# Questions about BH



## Konotashi (Jan 11, 2010)

Now that I know Ozzy is eligible to receive a BH title, I want to shoot for that with him.  

I have several questions, though. 

1. From what I understand, the dog has to be microchipped, tattooed, or have some type of permanent ID. What if the microchip reader they use at the trial doesn't read the microchip your dog has? Does that disqualify you? 

2. What all is required for BH? From what I see, looks like a lot of heeling, sitting, laying down, and waiting. lol 

3. This is probably a dumb question, but can commands be given in English? Like heel, wait, sit, etc...?


----------



## paulag1955 (Jun 29, 2010)

What is BH?


----------



## Elaine (Sep 10, 2006)

If you don't have a tatoo but have a microchip, you are responsible for making sure there's a reader that will read it. They will not test your dog without it.

Your dog has to do on and off leash heeling at slow, normal, and fast pace. There is a sit and down in motion with a recall from the down. There is also a long down stay. There is a traffic portion and a temperament test.

You can use any language you want so long as you give all commands in that language.


----------



## Castlemaid (Jun 29, 2006)

QUOTE=Konotashi: Now that I know Ozzy is eligible to receive a BH title, I want to shoot for that with him.  

I have several questions, though. 

1. From what I understand, the dog has to be microchipped, tattooed, or have some type of permanent ID. What if the microchip reader they use at the trial doesn't read the microchip your dog has? Does that disqualify you? 
*You will be responsible to make sure that there is a microchip reader available that will read your dog's microchip. Many people borrow or rent one for the day from a shelter or their vet's. *

2. What all is required for BH? From what I see, looks like a lot of heeling, sitting, laying down, and waiting. lol 

*Here is a typical pattern 









- it can be modified depending on the club or the judge, but changes would be minor. At the beginning of the trial, the judge will explain how he wants the pattern to be done. You go through the pattern twice, once on leash, and once off leash.

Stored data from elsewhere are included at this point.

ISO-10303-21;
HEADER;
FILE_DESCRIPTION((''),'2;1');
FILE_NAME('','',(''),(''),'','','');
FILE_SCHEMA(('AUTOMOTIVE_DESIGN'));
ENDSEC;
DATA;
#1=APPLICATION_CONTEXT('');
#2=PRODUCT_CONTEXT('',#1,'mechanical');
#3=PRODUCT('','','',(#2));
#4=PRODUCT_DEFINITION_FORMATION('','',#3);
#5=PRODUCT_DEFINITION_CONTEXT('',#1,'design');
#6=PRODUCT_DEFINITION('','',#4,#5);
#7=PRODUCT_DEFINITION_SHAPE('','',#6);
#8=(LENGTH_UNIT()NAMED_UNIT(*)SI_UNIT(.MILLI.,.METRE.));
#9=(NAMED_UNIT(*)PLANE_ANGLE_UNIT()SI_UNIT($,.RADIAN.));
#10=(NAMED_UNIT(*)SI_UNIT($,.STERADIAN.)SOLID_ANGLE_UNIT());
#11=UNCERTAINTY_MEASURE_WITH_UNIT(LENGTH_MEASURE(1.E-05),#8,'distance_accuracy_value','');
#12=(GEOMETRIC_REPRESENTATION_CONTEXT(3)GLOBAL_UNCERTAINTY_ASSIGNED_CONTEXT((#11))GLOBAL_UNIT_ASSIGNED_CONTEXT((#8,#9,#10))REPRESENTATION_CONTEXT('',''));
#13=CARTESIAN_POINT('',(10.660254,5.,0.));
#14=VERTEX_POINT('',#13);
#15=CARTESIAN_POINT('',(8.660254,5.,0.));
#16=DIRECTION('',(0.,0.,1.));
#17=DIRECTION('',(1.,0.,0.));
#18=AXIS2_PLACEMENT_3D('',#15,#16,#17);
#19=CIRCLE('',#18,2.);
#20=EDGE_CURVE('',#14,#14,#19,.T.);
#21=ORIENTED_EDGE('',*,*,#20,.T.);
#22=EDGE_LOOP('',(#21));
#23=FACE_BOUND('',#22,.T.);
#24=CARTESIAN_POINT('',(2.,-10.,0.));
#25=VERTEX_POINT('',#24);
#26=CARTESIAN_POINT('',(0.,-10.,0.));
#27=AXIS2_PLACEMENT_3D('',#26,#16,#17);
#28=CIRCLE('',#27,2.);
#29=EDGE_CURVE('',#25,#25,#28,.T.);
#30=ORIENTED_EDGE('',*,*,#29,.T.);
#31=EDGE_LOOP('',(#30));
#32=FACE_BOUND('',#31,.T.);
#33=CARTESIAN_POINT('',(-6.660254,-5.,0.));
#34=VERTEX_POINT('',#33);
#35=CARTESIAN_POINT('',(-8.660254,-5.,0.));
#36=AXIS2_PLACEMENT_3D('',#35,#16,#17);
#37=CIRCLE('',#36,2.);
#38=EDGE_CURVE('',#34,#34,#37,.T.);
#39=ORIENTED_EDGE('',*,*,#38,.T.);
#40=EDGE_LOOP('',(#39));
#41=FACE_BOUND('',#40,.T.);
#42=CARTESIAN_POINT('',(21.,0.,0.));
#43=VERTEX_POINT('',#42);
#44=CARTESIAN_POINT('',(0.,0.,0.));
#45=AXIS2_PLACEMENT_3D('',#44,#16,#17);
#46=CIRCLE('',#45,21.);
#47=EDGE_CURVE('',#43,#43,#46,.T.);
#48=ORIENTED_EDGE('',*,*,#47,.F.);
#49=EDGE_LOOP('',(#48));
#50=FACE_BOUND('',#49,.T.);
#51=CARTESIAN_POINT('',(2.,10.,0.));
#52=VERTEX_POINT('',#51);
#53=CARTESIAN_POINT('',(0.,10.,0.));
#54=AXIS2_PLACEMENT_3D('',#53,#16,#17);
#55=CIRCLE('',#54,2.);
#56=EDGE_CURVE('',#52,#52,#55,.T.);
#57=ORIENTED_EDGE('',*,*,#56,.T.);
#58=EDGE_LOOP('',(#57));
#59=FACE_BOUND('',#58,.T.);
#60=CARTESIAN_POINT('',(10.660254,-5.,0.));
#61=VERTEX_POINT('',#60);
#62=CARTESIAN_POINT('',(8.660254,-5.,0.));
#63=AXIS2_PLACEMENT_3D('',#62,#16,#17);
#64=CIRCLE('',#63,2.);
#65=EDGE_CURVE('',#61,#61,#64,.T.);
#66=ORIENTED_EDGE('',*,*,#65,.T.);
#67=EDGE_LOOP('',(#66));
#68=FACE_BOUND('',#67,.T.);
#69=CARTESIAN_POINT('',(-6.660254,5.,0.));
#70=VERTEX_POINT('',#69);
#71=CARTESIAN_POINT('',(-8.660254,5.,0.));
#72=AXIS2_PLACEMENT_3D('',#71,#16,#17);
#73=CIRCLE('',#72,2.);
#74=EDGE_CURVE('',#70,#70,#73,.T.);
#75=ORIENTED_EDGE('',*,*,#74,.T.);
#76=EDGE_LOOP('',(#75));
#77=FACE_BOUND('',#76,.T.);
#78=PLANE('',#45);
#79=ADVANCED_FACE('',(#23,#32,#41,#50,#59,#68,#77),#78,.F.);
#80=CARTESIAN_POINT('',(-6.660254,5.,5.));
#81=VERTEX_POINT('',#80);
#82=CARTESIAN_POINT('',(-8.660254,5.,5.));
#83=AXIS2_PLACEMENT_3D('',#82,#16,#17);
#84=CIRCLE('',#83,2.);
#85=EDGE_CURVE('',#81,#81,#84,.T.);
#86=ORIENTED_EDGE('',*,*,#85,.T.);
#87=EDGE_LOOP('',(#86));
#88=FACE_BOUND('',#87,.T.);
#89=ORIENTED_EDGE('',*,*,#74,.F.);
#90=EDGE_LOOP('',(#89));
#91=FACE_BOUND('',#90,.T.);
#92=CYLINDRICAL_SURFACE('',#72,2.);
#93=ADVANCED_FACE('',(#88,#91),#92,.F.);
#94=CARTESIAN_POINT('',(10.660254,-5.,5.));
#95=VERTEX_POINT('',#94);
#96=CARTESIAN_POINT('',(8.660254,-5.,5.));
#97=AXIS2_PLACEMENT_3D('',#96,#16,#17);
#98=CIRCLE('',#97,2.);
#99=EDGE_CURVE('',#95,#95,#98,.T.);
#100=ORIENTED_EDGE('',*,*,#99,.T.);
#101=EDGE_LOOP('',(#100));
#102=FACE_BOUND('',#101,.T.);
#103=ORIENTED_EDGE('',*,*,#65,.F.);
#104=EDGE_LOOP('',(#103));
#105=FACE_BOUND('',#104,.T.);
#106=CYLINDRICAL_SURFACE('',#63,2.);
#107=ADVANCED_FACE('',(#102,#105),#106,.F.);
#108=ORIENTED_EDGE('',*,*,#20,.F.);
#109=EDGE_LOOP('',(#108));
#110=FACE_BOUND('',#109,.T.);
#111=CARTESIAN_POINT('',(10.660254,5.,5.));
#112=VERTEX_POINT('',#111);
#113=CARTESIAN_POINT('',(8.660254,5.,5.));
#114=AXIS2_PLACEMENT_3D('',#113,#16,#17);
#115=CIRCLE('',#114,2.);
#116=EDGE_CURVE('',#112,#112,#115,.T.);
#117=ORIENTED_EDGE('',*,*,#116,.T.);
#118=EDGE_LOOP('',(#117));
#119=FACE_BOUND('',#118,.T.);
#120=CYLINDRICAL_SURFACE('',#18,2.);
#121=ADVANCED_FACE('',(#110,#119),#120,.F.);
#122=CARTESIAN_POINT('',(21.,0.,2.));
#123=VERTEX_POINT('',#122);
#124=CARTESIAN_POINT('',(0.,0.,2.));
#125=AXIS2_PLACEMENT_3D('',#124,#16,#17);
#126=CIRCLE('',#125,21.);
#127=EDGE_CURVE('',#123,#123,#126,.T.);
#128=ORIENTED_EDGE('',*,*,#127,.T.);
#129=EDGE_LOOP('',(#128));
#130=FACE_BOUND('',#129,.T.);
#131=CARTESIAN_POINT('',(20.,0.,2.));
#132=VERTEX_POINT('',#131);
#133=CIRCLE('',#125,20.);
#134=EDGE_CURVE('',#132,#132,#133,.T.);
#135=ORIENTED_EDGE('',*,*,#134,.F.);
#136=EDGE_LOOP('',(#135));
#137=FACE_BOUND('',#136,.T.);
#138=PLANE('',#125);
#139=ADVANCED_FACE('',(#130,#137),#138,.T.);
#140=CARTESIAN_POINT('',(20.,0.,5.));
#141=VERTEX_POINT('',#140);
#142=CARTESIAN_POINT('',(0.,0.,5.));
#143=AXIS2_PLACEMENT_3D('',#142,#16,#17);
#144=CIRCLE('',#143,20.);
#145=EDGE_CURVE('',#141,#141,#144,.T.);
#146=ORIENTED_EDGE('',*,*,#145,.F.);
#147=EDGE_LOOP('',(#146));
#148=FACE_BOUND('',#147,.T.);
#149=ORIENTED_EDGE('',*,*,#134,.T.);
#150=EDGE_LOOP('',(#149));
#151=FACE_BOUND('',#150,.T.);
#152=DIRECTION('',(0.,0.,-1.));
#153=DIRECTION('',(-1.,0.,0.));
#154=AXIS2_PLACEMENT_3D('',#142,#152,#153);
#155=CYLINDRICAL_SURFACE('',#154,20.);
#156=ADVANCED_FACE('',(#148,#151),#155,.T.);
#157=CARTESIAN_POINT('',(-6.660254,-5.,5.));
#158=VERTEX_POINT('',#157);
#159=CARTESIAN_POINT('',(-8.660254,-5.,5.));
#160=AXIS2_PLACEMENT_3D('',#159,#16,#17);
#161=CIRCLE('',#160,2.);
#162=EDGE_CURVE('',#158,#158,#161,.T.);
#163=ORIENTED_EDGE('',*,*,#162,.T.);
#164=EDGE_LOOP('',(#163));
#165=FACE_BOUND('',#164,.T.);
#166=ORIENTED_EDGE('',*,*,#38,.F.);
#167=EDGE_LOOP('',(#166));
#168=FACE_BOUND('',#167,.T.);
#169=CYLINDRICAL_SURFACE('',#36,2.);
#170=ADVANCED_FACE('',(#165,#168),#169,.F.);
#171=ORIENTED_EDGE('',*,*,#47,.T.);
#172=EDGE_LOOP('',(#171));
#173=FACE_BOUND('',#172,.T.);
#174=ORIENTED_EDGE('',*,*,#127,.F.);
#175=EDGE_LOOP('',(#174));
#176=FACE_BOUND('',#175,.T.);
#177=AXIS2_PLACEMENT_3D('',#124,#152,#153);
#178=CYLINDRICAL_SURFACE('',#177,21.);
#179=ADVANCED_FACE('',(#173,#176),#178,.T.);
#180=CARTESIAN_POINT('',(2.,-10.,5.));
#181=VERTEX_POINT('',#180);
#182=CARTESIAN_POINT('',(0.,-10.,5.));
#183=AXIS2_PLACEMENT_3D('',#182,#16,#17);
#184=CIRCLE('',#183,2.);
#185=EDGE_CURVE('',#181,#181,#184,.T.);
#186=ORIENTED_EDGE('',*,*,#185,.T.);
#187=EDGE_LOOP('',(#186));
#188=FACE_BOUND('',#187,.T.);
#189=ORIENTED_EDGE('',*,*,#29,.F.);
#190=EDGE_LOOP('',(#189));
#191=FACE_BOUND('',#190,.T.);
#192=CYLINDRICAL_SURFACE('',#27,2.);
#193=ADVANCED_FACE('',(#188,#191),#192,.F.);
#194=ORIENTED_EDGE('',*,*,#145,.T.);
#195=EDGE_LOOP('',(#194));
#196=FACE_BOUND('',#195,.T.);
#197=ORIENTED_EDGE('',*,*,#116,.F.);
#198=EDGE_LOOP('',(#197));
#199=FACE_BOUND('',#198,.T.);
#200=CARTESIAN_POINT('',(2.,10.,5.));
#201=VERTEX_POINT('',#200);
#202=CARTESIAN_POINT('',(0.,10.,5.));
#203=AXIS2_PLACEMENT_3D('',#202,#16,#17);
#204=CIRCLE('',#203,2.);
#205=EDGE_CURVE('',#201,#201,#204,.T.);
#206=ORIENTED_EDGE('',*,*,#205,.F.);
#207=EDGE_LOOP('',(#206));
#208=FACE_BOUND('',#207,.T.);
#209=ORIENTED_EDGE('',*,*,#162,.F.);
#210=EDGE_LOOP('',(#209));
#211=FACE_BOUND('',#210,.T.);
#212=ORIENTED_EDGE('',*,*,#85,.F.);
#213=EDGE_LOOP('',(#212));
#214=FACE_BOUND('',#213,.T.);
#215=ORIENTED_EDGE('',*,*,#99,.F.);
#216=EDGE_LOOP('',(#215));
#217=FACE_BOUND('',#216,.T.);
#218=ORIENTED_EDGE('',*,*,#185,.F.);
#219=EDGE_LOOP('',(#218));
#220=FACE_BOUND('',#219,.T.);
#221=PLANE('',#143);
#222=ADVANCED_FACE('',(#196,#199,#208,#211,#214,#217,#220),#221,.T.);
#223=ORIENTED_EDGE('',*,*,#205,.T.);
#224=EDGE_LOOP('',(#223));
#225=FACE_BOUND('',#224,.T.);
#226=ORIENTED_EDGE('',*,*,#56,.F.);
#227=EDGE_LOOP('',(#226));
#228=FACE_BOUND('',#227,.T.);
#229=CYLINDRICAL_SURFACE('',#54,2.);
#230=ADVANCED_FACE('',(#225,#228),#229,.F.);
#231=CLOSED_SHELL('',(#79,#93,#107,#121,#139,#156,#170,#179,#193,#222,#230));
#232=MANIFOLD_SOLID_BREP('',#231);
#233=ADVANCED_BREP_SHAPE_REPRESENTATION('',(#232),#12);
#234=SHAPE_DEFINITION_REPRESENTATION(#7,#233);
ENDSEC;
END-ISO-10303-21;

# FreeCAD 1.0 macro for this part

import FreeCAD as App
import Part
import Sketcher

V = App.Vector

doc = App.newDocument("Part")
body = doc.addObject("PartDesign::Body", "Body")

sketch1 = doc.addObject("Sketcher::SketchObject", "Sketch")
body.addObject(sketch1)
sketch1.AttachmentSupport = (doc.XY_Plane, [""])
sketch1.MapMode = "FlatFace"
sketch1.addGeometry(Part.Circle(V(0, 0, 0), V(0, 0, 1), 21), False)
sketch1.addConstraint(Sketcher.Constraint("Coincident", 0, 3, -1, 1))
sketch1.addConstraint(Sketcher.Constraint("Diameter", 0, 42.0))
pad1 = doc.addObject("PartDesign::Pad", "Pad")
body.addObject(pad1)
pad1.Profile = sketch1
pad1.Length = 2

sketch2 = doc.addObject("Sketcher::SketchObject", "Sketch001")
body.addObject(sketch2)
sketch2.AttachmentSupport = (doc.XY_Plane, [""])
sketch2.MapMode = "FlatFace"
sketch2.AttachmentOffset = App.Placement(V(0, 0, 2), App.Rotation())
sketch2.addGeometry(Part.Circle(V(0, 0, 0), V(0, 0, 1), 20), False)
sketch2.addConstraint(Sketcher.Constraint("Coincident", 0, 3, -1, 1))
sketch2.addConstraint(Sketcher.Constraint("Diameter", 0, 40.0))
pad2 = doc.addObject("PartDesign::Pad", "Pad001")
body.addObject(pad2)
pad2.Profile = sketch2
pad2.Length = 3

sketch3 = doc.addObject("Sketcher::SketchObject", "Sketch002")
body.addObject(sketch3)
sketch3.AttachmentSupport = (doc.XY_Plane, [""])
sketch3.MapMode = "FlatFace"
sketch3.AttachmentOffset = App.Placement(V(0, 0, 5), App.Rotation())
sketch3.addGeometry(Part.Circle(V(0, 10, 0), V(0, 0, 1), 2), False)
sketch3.addGeometry(Part.Circle(V(8.7, 5, 0), V(0, 0, 1), 2), False)
sketch3.addGeometry(Part.Circle(V(8.7, -5, 0), V(0, 0, 1), 2), False)
sketch3.addGeometry(Part.Circle(V(0, -10, 0), V(0, 0, 1), 2), False)
sketch3.addGeometry(Part.Circle(V(-8.7, -5, 0), V(0, 0, 1), 2), False)
sketch3.addGeometry(Part.Circle(V(-8.7, 5, 0), V(0, 0, 1), 2), False)
sketch3.addConstraint(Sketcher.Constraint("Equal", 0, 1))
sketch3.addConstraint(Sketcher.Constraint("Equal", 1, 2))
sketch3.addConstraint(Sketcher.Constraint("Equal", 2, 3))
sketch3.addConstraint(Sketcher.Constraint("Equal", 3, 4))
sketch3.addConstraint(Sketcher.Constraint("Equal", 4, 5))
sketch3.addConstraint(Sketcher.Constraint("Symmetric", 0, 3, 3, 3, -1, 1))
sketch3.addConstraint(Sketcher.Constraint("Symmetric", 1, 3, 4, 3, -1, 1))
sketch3.addConstraint(Sketcher.Constraint("Symmetric", 2, 3, 5, 3, -1, 1))
sketch3.addConstraint(Sketcher.Constraint("Symmetric", 2, 3, 4, 3, -2))
sketch3.addConstraint(Sketcher.Constraint("PointOnObject", 0, 3, -2))
sketch3.addConstraint(Sketcher.Constraint("Diameter", 0, 4.0))
sketch3.addConstraint(Sketcher.Constraint("DistanceY", -1, 1, 0, 3, 10.0))
sketch3.addConstraint(Sketcher.Constraint("DistanceY", -1, 1, 1, 3, 5.0))
sketch3.addConstraint(Sketcher.Constraint("DistanceX", 4, 3, 2, 3, 17.320508))
pocket1 = doc.addObject("PartDesign::Pocket", "Pocket")
body.addObject(pocket1)
pocket1.Profile = sketch3
pocket1.Type = "ThroughAll"

doc.recompute()
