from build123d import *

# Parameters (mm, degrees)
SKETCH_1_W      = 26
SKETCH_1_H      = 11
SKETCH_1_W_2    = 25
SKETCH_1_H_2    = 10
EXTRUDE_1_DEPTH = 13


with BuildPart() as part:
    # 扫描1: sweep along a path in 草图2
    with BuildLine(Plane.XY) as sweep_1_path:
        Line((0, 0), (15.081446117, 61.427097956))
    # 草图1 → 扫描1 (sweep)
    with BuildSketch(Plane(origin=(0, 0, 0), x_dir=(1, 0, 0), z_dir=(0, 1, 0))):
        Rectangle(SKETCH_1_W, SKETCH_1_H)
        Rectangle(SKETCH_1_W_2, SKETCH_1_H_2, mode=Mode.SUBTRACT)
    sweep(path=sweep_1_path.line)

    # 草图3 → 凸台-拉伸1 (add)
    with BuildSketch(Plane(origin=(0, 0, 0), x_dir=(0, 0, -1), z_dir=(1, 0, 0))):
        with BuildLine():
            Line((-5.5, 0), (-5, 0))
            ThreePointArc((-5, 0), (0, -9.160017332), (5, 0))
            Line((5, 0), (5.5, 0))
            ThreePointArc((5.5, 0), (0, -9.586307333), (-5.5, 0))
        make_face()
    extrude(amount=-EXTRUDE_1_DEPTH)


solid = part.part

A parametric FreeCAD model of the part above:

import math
import FreeCAD as App
import Part
import Sketcher

V = App.Vector


def add_polygon(sketch, points):
    """Adds a closed chain of lines whose ends are joined by coincident constraints."""
    first, n = sketch.GeometryCount, len(points)
    for a, b in zip(points, points[1:] + points[:1]):
        sketch.addGeometry(Part.LineSegment(App.Vector(*a, 0), App.Vector(*b, 0)), False)
    for i in range(n):
        sketch.addConstraint(Sketcher.Constraint("Coincident", first + i, 2, first + (i + 1) % n, 1))

doc = App.newDocument("Part")
body = doc.addObject("PartDesign::Body", "Body")

sketch1 = doc.addObject("Sketcher::SketchObject", "Sketch")
body.addObject(sketch1)
sketch1.AttachmentSupport = (doc.XZ_Plane, [""])
sketch1.MapMode = "FlatFace"
add_polygon(sketch1, [(-13, -6), (-13, 6), (13, 6), (13, -6)])
add_polygon(sketch1, [(12, 5), (-12, 5), (-12, -5), (12, -5)])
sketch1.addConstraint(Sketcher.Constraint("Vertical", 0))
sketch1.addConstraint(Sketcher.Constraint("Horizontal", 1))
sketch1.addConstraint(Sketcher.Constraint("Vertical", 2))
sketch1.addConstraint(Sketcher.Constraint("Horizontal", 3))
sketch1.addConstraint(Sketcher.Constraint("Horizontal", 4))
sketch1.addConstraint(Sketcher.Constraint("Vertical", 5))
sketch1.addConstraint(Sketcher.Constraint("Horizontal", 6))
sketch1.addConstraint(Sketcher.Constraint("Vertical", 7))
sketch1.addConstraint(Sketcher.Constraint("Symmetric", 0, 2, 2, 2, -1, 1))
sketch1.addConstraint(Sketcher.Constraint("Symmetric", 4, 2, 6, 2, -1, 1))
sketch1.addConstraint(Sketcher.Constraint("DistanceX", 1, 1, 1, 2, 26.0))
sketch1.addConstraint(Sketcher.Constraint("DistanceX", 4, 2, 4, 1, 25.0))
sketch1.addConstraint(Sketcher.Constraint("DistanceY", 0, 1, 0, 2, 11.0))
sketch1.addConstraint(Sketcher.Constraint("DistanceY", 5, 2, 5, 1, 10.0))

sketch2 = doc.addObject("Sketcher::SketchObject", "Sketch001")
body.addObject(sketch2)
sketch2.Placement = App.Placement(V(0, 0, 0), App.Rotation(V(0.238436595, 0.971158067, 0), V(0, 0, 1.000000001), V(0.971158067, -0.238436595, 0), "ZXY"))
sketch2.addGeometry(Part.LineSegment(V(0, 0, 0), V(63, 0, 0)), False)
sketch2.addConstraint(Sketcher.Constraint("Horizontal", 0))
sketch2.addConstraint(Sketcher.Constraint("Coincident", 0, 1, -1, 1))
sketch2.addConstraint(Sketcher.Constraint("DistanceX", 0, 1, 0, 2, 63.25139))
doc.recompute()

additivepipe = doc.addObject("PartDesign::AdditivePipe", "AdditivePipe")
body.addObject(additivepipe)
additivepipe.Profile = sketch1
additivepipe.Spine = (sketch2, ["Edge1"])

sketch3 = doc.addObject("Sketcher::SketchObject", "Sketch002")
body.addObject(sketch3)
sketch3.AttachmentSupport = (doc.YZ_Plane, [""])
sketch3.MapMode = "FlatFace"
sketch3.addGeometry(Part.LineSegment(V(0, 5, 0), V(0, 5.5, 0)), False)
sketch3.addGeometry(Part.ArcOfCircle(Part.Circle(V(-3.2, 0, 0), V(0, 0, 1), 6.4), math.radians(60), math.radians(300)), False)
sketch3.addGeometry(Part.LineSegment(V(0, -5.5, 0), V(0, -5, 0)), False)
sketch3.addGeometry(Part.ArcOfCircle(Part.Circle(V(-3.2, 0, 0), V(0, 0, 1), 5.9), math.radians(57), math.radians(303)), False)
sketch3.addConstraint(Sketcher.Constraint("Coincident", 0, 2, 1, 1))
sketch3.addConstraint(Sketcher.Constraint("Coincident", 1, 2, 2, 1))
sketch3.addConstraint(Sketcher.Constraint("Coincident", 2, 2, 3, 2))
sketch3.addConstraint(Sketcher.Constraint("Coincident", 3, 1, 0, 1))
sketch3.addConstraint(Sketcher.Constraint("Vertical", 0))
sketch3.addConstraint(Sketcher.Constraint("Vertical", 2))
sketch3.addConstraint(Sketcher.Constraint("Coincident", 3, 3, 1, 3))
sketch3.addConstraint(Sketcher.Constraint("Symmetric", 0, 2, 1, 2, -1, 1))
sketch3.addConstraint(Sketcher.Constraint("PointOnObject", 1, 3, -1))
sketch3.addConstraint(Sketcher.Constraint("DistanceY", 0, 1, 0, 2, 0.5))
sketch3.addConstraint(Sketcher.Constraint("DistanceY", 2, 2, -1, 1, 5.0))
sketch3.addConstraint(Sketcher.Constraint("Radius", 1, 6.370925))
pad1 = doc.addObject("PartDesign::Pad", "Pad")
body.addObject(pad1)
pad1.Profile = sketch3
pad1.Length = 13
pad1.Reversed = True

doc.recompute()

You go through the group of a minimum 4 people, do a figure 8 around 2 of the people of your choice, and do a halt with automatic sit next to one person. 

There are some changes in the making for the obedience heeling pattern - I think it will be mostly the number of paces here and there, and the out of motion exercises will not be out of motion anymore. (you stop, sit your dog, continue on with dog remaining sitting, etc). A down with recall, front and finish. The pattern can take from about 10 to about 15 minutes to accomplish. While one person does the pattern, another one does the long down. When you end your obedience portion, you switch out and do your long down while the other team does the pattern. 

Here is a non-complete photo coverage with a few comments from when I did the BH with Gryffon last spring - gives you an overview, and some excercises do not have pictures. *
http://www.germanshepherds.com/foru...rds-pictures-warning-extremely-pic-heavy.html


3. This is probably a dumb question, but can commands be given in English? Like heel, wait, sit, etc...?
*Nope, not dumb at all. Rule book states that a person can give commands in their native language. It does not even have to be all German, or all English, you can mix them up. But one thing you cannot do is to switch languages for the same command. So for example, if you use the English term to "Heel", you must use "Heel" thoughtout the routine - you cannot say "Heel" in one exercise, and use the German "Foos" in another. *


----------



## DolphinGirl (Nov 5, 2010)

Thank you...now I have something to work towards. I have a long way to go. Heeling is going so so.


----------



## G-burg (Nov 10, 2002)

> You can use any language you want so long as you give all commands in that language.


Exactly.. 

I was told you cannot interchange the language and got called up on it in my last trial.. because I used "stand" instead of "stah"


----------



## Liesje (Mar 4, 2007)

Seriously you can't mix languages? Even if commands are consistent? I use "sit" and "search" (for tracking), maybe a few other English commands, but the rest is platz, fuss, aus, hier, steh... I know German but can't stand it when words are pronounced wrong and there's a few words I just can't pronounce even though I know them.


----------



## Castlemaid (Jun 29, 2006)

G-burg said:


> Exactly..
> 
> I was told you cannot interchange the language and got called up on it in my last trial.. because I used "stand" instead of "stah"


I know the language issue has been brought up before - the rule book is kinda vague on that. 

It is one of those things that seems to be up to interpretation from the judge. I've used "come" and the rest in German, and did not have issues with it. These are things that one can ask the judge at the beginning of the trial.


----------



## Chris Wild (Dec 14, 2001)

Unless something has changed recently and I didn't notice, permanent ID is only required for PB GSDs. Not for mixes or other breeds. At least with USA. I'm not sure about DVG. But whether you had to tattoo or chip would depend on what organization you trial under. If chip, yes a reader must be provided. Though check with the club hosting the trial beforehand as many clubs have these and provide them for trials. Though if the club does not, you would have to have your own.

The rules that tell all that is required can be found on the DVG website:
New Titles and Regulations

Any language can be used. I've known people who used Japanese and Klingon, amongst others. As far as all commands being in the same language, the actual rules are rather vague and open to interpretation. So naturally different judges interpret them differently. Some don't care. Some will penalize with point loss mixing languages. Some won't take points, but will comment on it. Personally, I think that's ridiculous. Not to mention, if someone wanted to go off the wall and not use the normal English or German, just how would a judge know if sit was in Klingon and down in Romulan?


----------



## wildo (Jul 27, 2006)

Chris Wild said:


> I've known people who used Japanese and *Klingon,* amongst others.


Seriously?? Hahahahahaa!!


----------



## clearcreekranch (Mar 18, 2010)

Yeah, what would be the commands in Klingon. Maybe my husband would do better with them....he's a huge Star Trek fan. LOL


----------